The Senate plan calls back to earlier American efforts to plan the economy. “In the 1930s, the U.S. government massively increased home ownership by creating institutions that made affordable mortgages possible,” the authors write. “Federal action can and should do the same for solar panels, energy retrofits, electric vehicles, and clean technology—and this time around, do so in a way that ensures all Americans benefit.”
The plan will matter only if Democrats take the Senate next year, which would require winning races in Arizona, North Carolina, Maine, or a few other states. Speaking to reporters today, Senator Chuck Schumer of New York said that climate policy will be a “top priority if I become majority leader.” But Democrats will have a brief window—perhaps two years long, judging by recent history—to make good on that promise. This plan allows them to get right down to drafting a bill, Schatz said. It is their playbook, and it gives them lots of options depending on the circumstances.
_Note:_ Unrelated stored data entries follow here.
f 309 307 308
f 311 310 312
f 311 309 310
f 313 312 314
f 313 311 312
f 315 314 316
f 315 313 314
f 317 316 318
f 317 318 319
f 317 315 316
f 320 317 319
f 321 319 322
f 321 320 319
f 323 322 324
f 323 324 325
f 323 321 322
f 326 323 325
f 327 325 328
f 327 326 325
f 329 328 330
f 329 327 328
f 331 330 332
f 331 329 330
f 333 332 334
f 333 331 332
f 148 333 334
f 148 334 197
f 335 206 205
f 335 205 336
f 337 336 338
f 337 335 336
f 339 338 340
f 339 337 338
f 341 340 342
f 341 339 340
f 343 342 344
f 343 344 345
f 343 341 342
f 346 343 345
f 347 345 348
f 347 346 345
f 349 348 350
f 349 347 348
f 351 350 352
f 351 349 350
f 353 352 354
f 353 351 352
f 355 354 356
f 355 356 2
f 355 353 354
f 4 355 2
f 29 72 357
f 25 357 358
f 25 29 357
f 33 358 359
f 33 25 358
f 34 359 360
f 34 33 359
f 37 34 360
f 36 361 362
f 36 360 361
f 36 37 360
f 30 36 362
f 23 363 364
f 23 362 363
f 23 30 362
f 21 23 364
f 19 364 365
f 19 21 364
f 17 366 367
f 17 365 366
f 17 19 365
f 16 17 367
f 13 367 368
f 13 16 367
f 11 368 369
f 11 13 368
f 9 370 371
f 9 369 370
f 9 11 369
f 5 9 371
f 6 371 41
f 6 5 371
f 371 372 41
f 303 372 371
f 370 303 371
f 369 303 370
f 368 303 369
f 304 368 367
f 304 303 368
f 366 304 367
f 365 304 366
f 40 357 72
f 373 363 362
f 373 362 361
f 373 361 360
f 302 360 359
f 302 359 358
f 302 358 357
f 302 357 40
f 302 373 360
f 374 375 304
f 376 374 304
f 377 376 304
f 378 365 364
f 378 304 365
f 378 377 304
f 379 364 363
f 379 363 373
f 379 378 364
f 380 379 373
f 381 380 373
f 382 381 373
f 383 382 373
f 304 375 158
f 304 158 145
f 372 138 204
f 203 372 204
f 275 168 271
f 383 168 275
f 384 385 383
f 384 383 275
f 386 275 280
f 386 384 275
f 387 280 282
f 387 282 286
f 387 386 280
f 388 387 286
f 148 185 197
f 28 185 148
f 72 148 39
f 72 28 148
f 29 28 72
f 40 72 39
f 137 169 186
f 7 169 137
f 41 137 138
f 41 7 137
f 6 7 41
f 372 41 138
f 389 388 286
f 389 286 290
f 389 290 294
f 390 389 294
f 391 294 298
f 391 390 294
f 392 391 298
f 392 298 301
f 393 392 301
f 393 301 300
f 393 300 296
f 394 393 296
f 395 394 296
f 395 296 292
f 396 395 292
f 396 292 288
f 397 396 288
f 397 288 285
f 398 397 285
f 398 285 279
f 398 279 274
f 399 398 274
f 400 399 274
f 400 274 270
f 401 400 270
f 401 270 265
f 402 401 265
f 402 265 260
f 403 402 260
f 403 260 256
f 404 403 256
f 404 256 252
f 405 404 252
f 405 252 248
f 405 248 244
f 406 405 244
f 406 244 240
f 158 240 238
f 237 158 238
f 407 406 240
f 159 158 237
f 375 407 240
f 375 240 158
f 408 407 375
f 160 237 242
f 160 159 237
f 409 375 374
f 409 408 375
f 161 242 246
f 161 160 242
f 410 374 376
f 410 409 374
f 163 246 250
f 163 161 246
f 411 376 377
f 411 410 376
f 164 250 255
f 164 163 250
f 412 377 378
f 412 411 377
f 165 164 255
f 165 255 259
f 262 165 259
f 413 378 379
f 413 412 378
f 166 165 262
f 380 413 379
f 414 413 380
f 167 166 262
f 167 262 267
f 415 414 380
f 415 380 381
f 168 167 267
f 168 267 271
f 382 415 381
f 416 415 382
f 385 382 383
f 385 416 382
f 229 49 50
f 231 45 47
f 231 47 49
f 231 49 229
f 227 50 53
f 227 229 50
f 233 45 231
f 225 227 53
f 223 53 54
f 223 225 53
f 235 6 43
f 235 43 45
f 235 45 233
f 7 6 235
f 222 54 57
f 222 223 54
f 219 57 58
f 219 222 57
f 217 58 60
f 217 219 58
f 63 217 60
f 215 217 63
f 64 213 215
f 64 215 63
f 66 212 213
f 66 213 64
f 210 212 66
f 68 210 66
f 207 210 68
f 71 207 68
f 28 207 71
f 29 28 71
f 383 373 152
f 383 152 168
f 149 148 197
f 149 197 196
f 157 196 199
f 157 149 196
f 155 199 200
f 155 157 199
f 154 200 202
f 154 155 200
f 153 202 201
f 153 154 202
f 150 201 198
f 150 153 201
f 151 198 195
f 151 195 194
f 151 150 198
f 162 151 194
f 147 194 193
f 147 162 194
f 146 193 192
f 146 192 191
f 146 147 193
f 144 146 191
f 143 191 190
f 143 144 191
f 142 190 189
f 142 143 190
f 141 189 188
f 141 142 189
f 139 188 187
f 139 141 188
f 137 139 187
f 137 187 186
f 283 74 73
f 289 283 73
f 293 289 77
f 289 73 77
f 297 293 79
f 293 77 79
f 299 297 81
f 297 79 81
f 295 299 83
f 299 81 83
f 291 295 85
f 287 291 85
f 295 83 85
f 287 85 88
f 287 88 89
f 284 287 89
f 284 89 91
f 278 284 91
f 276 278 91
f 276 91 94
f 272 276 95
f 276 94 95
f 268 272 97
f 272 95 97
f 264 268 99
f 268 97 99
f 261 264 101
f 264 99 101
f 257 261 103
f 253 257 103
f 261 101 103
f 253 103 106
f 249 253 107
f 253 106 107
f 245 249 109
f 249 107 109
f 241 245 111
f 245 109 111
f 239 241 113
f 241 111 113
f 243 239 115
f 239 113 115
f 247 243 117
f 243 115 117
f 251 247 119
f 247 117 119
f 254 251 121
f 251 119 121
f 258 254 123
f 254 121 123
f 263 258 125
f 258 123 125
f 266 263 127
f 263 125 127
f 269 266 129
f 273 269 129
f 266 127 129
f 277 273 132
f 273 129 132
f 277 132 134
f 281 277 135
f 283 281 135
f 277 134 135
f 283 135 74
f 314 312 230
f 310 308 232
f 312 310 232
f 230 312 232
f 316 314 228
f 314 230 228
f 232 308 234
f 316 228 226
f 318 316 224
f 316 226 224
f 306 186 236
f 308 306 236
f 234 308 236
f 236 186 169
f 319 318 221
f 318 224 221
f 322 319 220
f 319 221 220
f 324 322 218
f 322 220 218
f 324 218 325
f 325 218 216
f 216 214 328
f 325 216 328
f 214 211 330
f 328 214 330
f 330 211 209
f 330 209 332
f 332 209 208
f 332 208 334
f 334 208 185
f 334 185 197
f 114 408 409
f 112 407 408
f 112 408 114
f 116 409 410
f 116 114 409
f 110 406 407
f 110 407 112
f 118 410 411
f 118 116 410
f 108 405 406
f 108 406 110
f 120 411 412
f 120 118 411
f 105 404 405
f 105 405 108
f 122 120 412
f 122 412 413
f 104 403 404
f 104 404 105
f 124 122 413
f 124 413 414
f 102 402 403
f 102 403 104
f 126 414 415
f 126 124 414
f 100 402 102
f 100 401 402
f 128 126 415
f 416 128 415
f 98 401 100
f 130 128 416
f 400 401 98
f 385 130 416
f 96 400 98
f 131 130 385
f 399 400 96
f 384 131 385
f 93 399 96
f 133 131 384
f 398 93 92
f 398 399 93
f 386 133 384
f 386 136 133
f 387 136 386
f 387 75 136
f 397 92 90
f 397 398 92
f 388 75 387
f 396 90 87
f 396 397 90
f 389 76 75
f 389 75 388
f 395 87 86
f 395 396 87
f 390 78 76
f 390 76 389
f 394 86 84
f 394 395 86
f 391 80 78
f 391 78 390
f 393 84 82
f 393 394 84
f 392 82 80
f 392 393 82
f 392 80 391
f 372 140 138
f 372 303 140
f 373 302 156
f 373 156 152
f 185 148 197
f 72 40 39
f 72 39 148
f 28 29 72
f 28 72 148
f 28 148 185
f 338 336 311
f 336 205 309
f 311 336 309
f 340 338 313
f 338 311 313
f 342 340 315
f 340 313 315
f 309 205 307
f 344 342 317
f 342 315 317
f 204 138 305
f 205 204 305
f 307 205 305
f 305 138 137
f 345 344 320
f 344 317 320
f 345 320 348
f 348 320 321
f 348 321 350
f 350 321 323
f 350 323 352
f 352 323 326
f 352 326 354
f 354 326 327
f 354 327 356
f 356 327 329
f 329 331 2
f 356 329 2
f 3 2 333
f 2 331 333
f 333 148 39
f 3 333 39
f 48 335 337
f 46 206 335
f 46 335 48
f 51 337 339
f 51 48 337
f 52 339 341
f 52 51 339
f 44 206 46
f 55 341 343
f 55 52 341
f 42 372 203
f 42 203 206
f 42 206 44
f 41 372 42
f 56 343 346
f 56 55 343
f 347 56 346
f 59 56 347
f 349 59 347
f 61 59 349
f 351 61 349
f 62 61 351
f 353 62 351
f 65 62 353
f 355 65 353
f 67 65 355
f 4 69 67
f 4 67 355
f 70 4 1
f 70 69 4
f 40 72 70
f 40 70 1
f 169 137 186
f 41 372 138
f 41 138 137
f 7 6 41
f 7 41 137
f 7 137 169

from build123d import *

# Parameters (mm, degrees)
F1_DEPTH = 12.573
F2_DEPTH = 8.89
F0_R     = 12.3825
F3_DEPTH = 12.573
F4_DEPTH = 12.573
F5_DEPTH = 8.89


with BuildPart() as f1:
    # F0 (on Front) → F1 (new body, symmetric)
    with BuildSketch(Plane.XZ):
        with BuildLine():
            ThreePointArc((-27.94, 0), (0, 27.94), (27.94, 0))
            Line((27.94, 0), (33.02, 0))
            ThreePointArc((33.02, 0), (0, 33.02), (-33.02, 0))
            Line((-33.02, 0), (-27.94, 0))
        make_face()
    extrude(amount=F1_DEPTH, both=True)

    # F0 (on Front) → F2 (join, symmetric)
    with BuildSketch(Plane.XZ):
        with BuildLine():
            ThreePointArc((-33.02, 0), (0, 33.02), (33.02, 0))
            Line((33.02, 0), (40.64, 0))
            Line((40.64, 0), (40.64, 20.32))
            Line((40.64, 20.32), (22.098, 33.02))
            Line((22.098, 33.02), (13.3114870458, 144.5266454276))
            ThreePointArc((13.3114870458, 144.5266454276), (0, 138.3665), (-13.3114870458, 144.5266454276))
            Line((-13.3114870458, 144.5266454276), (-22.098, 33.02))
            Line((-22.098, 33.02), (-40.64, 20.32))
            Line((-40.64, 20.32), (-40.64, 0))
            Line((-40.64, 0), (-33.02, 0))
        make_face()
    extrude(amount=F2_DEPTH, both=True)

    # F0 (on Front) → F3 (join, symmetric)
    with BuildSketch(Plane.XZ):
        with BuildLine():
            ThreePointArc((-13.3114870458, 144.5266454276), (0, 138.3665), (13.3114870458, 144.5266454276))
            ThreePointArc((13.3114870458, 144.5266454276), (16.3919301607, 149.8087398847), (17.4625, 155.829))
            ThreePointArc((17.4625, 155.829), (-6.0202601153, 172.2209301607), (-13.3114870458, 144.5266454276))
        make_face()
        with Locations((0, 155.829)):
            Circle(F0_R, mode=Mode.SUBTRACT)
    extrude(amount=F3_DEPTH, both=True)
“My judgment, watching what other states have done, is what matters the most is scale and ambition. And you could get there with a carbon tax. You could get there with a massive investment program. You could get there with regulation,” Schatz said. “But, you know, I don’t have pride of authorship here. If somebody has got a plan that enables us to solve this planetary crisis, I don’t care if it’s a brand-new plan, or a 20-year-old plan, or my plan.”
What matters above all is that it’s a plan that can pass the Senate. You can’t have a world’s greatest deliberative body without, well, the world.